* [Exercise details]:
Only the lines from the one containing "f 40 41 230" through the one containing "f 312 349 350" should be printed, exactly as they appear below, with both ends included.

* [Records provided]:
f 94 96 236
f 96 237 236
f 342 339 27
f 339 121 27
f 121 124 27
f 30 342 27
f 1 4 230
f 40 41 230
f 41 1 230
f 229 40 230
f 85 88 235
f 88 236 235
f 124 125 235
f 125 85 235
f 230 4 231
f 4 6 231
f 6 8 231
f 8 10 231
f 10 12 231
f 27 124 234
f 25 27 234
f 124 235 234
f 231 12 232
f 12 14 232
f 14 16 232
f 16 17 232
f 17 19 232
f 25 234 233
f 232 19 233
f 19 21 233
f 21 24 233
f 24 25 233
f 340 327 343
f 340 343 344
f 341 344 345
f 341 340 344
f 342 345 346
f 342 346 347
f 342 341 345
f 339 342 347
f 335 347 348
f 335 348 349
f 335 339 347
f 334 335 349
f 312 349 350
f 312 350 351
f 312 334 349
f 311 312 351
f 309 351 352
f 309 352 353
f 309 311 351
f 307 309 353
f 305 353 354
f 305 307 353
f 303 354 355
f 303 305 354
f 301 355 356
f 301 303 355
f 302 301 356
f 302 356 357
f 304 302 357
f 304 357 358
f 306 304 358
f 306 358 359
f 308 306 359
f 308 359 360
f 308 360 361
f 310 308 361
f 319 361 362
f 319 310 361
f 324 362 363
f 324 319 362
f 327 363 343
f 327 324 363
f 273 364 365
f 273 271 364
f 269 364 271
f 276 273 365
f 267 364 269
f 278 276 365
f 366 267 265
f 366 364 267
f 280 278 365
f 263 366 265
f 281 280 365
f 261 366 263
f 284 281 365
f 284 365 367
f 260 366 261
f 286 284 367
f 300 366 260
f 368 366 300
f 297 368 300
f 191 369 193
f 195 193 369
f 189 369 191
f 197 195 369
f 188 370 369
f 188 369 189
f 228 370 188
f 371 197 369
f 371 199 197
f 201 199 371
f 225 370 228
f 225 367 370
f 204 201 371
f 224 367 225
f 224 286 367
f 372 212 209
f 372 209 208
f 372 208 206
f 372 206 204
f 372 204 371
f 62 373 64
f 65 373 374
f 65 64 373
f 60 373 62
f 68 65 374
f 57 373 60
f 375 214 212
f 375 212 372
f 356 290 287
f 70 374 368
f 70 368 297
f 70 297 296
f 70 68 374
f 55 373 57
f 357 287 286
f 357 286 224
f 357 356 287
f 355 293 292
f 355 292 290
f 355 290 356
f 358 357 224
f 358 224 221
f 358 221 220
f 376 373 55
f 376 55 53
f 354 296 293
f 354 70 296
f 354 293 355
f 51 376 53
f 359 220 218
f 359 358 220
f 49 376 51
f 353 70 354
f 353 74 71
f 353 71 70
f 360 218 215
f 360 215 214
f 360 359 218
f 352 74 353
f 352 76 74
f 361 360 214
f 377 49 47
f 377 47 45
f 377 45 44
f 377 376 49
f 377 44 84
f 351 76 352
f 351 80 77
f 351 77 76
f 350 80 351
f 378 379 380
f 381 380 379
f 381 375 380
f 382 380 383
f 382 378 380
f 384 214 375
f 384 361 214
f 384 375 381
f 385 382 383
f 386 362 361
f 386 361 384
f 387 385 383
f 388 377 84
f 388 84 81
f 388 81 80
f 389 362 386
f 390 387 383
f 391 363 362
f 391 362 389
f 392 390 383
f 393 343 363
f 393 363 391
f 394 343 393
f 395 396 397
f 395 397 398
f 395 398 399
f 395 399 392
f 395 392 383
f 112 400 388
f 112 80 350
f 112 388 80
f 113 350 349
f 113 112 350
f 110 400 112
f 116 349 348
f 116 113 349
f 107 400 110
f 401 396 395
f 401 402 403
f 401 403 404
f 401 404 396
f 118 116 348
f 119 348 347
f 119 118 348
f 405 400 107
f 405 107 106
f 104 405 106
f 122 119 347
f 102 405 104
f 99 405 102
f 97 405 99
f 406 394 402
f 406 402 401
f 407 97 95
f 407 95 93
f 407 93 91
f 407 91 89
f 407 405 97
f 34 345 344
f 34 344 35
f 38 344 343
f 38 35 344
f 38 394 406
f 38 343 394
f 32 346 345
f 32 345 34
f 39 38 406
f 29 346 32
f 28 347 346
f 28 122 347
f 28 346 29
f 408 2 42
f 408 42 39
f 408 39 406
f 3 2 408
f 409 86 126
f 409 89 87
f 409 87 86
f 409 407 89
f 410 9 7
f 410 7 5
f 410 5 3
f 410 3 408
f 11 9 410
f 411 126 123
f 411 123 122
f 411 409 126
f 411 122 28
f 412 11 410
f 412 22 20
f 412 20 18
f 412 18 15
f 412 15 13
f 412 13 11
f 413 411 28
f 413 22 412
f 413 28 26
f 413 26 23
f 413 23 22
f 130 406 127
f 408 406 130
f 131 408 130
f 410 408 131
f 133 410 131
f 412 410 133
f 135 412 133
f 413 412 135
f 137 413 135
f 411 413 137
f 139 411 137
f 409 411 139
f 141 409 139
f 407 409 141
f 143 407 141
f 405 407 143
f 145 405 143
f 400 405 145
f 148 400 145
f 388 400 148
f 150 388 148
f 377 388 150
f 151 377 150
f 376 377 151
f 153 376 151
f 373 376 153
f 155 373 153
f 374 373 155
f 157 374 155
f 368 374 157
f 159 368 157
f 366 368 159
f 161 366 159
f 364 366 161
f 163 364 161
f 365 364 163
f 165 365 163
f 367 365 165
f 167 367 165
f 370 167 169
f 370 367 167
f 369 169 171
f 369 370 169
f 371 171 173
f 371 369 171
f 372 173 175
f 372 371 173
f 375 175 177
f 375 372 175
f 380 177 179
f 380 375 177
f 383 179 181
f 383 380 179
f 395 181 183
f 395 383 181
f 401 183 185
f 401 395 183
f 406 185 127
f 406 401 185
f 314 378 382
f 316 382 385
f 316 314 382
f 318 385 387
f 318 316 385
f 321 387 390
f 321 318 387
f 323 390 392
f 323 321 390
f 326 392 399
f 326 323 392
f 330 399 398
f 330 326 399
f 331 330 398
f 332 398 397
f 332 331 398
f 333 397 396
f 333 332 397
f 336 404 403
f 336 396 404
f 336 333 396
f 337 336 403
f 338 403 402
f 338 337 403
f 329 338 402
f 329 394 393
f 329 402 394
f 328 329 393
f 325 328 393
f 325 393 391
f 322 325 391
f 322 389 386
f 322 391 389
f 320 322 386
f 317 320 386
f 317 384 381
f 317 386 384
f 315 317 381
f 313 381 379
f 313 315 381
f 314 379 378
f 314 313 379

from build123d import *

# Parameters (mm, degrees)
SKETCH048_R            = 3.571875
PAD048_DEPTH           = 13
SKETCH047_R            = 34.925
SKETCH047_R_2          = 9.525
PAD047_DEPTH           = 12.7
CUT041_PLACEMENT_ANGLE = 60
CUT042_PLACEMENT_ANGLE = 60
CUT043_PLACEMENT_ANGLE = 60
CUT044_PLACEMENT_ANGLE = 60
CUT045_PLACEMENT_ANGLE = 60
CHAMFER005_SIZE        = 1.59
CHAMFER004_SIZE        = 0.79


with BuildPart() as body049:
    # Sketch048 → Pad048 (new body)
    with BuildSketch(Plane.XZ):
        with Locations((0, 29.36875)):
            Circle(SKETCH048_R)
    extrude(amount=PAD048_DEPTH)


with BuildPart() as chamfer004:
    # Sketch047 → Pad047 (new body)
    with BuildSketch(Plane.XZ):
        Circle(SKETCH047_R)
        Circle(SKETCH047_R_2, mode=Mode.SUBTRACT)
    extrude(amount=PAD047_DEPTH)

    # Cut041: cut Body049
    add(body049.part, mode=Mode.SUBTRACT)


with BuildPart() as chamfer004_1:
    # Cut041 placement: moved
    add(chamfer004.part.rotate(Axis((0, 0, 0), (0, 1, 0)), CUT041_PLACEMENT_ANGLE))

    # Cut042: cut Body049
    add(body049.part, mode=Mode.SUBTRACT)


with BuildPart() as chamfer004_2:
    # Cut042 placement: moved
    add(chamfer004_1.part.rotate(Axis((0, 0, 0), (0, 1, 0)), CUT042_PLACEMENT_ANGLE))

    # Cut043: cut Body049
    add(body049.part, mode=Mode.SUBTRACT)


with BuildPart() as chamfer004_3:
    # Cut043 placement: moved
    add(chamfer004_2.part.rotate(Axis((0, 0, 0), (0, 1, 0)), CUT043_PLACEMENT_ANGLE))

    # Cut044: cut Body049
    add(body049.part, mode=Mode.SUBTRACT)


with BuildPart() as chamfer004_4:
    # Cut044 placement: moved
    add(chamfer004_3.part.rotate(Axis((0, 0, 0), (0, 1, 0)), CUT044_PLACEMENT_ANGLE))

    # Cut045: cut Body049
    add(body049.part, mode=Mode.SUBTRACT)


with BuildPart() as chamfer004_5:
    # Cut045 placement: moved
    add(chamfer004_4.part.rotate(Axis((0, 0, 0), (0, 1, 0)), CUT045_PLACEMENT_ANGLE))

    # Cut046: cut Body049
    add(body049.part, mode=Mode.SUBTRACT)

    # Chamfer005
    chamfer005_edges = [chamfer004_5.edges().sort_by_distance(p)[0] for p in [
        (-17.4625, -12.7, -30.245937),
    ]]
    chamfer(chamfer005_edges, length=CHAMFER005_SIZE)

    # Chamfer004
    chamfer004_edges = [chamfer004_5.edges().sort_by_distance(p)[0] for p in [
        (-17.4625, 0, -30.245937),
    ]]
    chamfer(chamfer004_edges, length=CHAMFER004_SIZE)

* [Response box]:
f 40 41 230
f 41 1 230
f 229 40 230
f 85 88 235
f 88 236 235
f 124 125 235
f 125 85 235
f 230 4 231
f 4 6 231
f 6 8 231
f 8 10 231
f 10 12 231
f 27 124 234
f 25 27 234
f 124 235 234
f 231 12 232
f 12 14 232
f 14 16 232
f 16 17 232
f 17 19 232
f 25 234 233
f 232 19 233
f 19 21 233
f 21 24 233
f 24 25 233
f 340 327 343
f 340 343 344
f 341 344 345
f 341 340 344
f 342 345 346
f 342 346 347
f 342 341 345
f 339 342 347
f 335 347 348
f 335 348 349
f 335 339 347
f 334 335 349
f 312 349 350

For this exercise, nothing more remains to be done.